*EXERCISE OBJECTIVE*.
From the entries that follow, copy each line containing the word "ThreePointArc".

(Recorded data)
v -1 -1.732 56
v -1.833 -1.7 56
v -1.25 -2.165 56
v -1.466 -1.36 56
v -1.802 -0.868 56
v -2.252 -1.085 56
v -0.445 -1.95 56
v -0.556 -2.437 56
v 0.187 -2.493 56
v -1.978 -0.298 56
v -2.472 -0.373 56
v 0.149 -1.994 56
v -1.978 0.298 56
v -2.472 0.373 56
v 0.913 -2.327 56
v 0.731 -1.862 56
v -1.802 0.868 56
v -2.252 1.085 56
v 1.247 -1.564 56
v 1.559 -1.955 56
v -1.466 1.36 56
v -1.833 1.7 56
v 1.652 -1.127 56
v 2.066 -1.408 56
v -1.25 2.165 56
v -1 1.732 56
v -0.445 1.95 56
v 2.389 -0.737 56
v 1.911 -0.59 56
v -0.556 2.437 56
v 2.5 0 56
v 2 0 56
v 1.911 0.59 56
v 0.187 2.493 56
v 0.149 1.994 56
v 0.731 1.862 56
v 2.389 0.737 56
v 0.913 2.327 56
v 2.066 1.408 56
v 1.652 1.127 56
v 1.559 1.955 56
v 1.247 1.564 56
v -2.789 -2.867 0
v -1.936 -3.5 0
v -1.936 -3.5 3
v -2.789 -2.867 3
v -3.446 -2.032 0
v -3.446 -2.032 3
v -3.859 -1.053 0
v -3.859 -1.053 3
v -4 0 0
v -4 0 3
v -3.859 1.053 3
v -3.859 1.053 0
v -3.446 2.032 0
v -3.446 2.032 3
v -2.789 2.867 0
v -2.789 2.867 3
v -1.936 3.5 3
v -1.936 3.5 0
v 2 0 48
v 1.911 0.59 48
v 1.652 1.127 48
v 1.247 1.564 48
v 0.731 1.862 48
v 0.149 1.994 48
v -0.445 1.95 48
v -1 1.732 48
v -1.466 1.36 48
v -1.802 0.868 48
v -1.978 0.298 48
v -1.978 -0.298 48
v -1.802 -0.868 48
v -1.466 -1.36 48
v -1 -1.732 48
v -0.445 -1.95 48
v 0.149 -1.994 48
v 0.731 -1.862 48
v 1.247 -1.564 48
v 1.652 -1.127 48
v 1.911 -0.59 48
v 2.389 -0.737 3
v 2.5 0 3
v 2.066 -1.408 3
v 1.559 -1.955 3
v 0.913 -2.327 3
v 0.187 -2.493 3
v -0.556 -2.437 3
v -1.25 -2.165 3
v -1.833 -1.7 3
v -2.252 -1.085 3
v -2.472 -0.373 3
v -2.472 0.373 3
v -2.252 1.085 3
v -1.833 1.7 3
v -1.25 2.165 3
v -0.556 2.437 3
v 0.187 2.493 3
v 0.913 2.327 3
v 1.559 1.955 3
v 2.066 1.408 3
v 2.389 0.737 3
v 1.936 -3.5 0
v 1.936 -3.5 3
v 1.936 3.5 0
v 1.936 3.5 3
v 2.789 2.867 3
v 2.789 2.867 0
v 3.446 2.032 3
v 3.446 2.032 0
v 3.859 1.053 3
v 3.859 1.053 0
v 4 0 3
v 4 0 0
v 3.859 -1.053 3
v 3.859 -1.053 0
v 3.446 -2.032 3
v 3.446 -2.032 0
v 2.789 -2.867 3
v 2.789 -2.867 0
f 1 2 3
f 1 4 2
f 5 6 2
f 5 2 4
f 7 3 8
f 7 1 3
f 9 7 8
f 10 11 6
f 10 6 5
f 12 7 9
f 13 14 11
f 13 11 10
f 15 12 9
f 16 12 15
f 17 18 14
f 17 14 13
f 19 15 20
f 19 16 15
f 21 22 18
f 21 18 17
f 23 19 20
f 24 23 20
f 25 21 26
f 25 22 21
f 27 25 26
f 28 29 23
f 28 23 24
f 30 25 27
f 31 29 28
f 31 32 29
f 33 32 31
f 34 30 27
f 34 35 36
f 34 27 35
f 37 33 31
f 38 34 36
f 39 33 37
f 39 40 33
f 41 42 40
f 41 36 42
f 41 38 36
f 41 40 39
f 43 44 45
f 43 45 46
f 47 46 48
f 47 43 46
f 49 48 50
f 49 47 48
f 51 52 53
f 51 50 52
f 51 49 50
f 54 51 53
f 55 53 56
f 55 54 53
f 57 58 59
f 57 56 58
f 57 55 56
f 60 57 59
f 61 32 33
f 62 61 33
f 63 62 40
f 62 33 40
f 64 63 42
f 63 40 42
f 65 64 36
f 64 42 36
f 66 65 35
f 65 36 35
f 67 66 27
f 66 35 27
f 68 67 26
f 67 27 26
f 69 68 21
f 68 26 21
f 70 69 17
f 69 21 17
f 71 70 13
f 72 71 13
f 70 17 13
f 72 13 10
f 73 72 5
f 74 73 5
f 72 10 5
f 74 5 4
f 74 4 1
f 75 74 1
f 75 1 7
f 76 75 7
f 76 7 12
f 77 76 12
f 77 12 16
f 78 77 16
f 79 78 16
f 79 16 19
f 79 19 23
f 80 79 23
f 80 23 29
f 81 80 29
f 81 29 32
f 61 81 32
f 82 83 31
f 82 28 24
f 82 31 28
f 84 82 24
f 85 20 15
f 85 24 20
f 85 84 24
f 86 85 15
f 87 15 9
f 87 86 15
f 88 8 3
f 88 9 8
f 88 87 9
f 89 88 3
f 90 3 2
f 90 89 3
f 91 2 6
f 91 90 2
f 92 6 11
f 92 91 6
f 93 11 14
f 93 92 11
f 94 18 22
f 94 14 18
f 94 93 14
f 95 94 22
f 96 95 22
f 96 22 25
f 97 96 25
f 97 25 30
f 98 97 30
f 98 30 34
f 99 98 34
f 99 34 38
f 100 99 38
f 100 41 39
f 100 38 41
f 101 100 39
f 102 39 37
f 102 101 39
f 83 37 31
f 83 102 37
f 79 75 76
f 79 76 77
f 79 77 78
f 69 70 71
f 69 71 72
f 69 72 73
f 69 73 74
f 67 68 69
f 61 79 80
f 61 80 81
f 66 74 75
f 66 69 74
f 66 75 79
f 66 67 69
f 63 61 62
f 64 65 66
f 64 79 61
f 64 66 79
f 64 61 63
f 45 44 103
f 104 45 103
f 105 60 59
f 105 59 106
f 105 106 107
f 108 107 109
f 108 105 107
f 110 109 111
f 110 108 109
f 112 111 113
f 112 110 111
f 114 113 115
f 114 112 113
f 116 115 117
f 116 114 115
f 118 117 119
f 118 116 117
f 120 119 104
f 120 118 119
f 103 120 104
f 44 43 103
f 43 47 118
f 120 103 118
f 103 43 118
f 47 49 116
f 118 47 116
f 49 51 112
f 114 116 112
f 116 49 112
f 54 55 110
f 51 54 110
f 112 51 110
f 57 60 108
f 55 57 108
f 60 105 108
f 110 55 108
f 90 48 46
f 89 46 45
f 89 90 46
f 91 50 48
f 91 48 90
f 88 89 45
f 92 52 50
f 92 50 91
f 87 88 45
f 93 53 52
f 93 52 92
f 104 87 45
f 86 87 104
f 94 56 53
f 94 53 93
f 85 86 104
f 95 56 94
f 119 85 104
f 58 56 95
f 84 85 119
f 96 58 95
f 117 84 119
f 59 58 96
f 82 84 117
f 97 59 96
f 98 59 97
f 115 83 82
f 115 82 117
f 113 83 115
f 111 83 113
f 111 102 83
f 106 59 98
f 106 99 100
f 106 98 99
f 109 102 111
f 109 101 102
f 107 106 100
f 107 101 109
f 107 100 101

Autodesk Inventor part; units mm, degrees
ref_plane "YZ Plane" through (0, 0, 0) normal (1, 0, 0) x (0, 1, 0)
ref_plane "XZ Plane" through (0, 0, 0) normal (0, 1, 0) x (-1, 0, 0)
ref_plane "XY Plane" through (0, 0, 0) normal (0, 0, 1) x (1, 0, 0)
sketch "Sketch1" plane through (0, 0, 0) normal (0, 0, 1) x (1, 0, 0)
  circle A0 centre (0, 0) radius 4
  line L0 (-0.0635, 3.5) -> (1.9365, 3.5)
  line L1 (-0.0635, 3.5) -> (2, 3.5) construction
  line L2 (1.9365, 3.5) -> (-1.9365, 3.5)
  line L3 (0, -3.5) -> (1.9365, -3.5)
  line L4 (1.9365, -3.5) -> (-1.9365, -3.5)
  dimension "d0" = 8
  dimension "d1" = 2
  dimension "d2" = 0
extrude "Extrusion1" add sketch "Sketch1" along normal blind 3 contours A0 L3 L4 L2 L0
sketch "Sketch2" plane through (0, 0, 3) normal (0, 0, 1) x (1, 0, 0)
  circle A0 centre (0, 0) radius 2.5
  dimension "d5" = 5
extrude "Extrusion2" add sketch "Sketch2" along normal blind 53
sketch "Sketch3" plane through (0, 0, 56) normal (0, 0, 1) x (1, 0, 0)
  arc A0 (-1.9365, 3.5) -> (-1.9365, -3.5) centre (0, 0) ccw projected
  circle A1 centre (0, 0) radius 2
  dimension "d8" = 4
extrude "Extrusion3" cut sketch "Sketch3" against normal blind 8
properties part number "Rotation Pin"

* * *

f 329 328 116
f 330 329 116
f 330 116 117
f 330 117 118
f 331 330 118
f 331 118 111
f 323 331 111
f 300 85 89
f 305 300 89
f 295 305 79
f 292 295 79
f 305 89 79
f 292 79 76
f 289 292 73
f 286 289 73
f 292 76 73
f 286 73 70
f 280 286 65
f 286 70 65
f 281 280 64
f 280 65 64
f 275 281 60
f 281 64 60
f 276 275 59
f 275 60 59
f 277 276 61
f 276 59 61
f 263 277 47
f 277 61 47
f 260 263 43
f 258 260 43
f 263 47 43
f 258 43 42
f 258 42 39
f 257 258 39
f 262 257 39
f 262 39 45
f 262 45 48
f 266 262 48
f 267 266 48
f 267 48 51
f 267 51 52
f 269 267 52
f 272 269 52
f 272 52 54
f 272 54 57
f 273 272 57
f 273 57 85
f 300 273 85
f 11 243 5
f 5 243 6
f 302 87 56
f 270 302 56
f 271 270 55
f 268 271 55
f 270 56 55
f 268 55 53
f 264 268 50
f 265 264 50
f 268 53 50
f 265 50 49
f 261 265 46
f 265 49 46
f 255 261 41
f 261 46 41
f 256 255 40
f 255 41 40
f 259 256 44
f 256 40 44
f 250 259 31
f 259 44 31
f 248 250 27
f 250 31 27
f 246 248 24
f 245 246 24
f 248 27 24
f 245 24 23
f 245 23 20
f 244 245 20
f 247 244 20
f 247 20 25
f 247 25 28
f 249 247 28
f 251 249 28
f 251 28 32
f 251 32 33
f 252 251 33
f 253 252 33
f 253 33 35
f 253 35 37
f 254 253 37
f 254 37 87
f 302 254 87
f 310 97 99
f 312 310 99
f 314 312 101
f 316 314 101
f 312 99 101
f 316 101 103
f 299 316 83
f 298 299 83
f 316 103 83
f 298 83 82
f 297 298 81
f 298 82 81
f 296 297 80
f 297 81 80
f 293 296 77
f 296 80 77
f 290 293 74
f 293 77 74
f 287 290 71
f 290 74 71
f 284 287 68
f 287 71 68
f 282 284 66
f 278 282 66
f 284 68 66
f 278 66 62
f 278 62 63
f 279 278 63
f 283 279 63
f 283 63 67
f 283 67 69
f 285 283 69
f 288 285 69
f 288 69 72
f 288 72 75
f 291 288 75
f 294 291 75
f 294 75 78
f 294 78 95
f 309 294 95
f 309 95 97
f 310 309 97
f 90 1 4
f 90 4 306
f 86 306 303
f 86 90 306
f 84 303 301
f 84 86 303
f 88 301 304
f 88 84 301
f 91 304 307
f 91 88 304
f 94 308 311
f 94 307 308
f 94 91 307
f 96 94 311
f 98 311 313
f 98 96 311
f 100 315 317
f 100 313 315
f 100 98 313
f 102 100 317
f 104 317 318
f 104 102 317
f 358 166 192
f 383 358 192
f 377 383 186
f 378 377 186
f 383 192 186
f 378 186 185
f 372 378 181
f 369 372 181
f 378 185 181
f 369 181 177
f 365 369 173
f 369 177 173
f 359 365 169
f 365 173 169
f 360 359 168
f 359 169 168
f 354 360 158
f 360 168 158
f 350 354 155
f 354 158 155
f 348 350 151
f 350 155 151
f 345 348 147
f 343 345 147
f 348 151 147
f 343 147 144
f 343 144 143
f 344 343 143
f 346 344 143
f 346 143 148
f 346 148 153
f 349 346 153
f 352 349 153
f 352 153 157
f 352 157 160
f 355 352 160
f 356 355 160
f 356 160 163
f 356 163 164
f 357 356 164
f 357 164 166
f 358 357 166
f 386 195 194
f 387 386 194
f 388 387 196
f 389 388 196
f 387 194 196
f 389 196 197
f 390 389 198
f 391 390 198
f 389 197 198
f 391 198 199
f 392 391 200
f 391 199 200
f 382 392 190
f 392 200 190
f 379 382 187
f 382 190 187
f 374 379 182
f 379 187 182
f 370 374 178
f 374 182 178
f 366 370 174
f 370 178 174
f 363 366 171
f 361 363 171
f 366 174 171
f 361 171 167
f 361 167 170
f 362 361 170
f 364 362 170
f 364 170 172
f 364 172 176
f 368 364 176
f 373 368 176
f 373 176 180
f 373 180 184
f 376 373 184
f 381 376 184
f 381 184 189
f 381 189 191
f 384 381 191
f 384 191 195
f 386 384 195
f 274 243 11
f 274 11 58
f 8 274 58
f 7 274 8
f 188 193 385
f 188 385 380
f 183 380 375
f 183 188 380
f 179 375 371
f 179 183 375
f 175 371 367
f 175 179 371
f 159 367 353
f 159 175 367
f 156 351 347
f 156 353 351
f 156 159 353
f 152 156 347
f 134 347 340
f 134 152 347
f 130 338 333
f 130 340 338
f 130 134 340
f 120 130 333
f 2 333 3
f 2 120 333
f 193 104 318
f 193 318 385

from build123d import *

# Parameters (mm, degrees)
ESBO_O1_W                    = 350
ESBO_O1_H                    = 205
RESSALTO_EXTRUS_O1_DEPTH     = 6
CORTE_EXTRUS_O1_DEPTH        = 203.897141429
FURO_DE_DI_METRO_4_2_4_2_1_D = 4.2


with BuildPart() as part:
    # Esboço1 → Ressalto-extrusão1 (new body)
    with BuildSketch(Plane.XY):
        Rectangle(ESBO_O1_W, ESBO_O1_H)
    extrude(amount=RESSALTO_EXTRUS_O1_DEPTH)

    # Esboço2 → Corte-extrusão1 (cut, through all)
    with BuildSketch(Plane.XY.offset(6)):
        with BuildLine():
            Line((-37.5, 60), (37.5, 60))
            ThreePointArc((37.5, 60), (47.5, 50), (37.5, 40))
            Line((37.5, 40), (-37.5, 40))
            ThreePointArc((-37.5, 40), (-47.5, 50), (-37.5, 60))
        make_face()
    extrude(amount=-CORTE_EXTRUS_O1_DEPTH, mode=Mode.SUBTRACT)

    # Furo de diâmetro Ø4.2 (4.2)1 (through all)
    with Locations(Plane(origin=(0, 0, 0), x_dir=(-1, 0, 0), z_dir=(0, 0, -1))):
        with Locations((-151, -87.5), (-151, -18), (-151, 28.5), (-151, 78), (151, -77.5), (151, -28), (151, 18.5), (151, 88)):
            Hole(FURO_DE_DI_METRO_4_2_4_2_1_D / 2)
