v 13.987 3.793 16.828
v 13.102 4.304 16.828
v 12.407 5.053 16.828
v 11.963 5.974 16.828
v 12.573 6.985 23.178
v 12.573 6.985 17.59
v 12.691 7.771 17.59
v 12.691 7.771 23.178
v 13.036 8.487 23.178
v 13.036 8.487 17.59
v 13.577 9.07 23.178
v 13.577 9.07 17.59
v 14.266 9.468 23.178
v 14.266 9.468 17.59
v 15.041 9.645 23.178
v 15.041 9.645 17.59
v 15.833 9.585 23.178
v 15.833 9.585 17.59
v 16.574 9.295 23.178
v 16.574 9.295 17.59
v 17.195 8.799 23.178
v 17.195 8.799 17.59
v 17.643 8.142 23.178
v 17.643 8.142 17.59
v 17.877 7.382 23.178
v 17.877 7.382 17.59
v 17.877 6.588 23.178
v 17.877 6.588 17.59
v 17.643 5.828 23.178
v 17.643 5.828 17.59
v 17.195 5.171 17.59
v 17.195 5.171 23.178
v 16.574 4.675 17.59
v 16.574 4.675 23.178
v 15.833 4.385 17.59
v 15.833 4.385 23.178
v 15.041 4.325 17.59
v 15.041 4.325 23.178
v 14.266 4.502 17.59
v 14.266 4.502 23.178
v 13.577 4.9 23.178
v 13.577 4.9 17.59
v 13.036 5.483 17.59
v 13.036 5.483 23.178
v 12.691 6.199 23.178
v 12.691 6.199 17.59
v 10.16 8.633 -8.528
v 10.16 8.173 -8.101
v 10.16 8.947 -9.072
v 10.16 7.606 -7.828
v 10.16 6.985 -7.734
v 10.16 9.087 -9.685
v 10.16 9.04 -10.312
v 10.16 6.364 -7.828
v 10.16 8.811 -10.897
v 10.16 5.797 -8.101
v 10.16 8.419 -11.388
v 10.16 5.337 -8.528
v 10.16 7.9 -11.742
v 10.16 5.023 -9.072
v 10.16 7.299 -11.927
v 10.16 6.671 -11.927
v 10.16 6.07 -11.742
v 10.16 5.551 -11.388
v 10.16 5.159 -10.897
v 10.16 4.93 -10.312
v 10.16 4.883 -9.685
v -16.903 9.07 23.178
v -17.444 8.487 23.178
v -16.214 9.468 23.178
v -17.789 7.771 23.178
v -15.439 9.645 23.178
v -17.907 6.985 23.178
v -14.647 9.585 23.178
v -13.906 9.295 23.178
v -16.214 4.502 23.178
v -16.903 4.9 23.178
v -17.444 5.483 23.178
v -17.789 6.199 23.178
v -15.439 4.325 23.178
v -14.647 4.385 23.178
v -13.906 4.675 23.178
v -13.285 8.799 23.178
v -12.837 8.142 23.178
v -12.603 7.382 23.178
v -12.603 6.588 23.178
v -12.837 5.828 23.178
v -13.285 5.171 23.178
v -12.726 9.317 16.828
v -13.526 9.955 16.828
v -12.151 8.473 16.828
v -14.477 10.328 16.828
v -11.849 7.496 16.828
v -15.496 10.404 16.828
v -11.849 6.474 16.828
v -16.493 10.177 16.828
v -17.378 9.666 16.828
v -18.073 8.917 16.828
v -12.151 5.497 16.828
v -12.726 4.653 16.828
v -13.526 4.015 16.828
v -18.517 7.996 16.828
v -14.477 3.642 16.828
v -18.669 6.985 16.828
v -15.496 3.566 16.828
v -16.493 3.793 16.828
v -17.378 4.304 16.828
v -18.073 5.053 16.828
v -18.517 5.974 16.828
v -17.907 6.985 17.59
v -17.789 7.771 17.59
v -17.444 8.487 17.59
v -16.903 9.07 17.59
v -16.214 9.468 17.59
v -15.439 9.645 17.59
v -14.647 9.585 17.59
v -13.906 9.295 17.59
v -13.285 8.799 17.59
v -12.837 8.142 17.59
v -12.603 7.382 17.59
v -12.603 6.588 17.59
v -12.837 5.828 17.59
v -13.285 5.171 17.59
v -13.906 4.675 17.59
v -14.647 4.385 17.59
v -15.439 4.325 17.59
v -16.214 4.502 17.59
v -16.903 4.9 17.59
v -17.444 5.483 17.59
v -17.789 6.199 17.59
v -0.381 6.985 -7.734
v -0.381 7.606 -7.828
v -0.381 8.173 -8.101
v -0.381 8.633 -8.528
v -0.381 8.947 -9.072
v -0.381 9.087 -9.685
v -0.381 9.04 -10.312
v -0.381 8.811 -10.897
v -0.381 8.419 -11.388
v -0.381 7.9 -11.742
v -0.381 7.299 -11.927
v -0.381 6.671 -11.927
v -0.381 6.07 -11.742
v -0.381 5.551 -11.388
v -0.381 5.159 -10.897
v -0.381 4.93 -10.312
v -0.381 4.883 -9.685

*SOLUTION*.
            ThreePointArc((37.5, 60), (47.5, 50), (37.5, 40))
            ThreePointArc((-37.5, 40), (-47.5, 50), (-37.5, 60))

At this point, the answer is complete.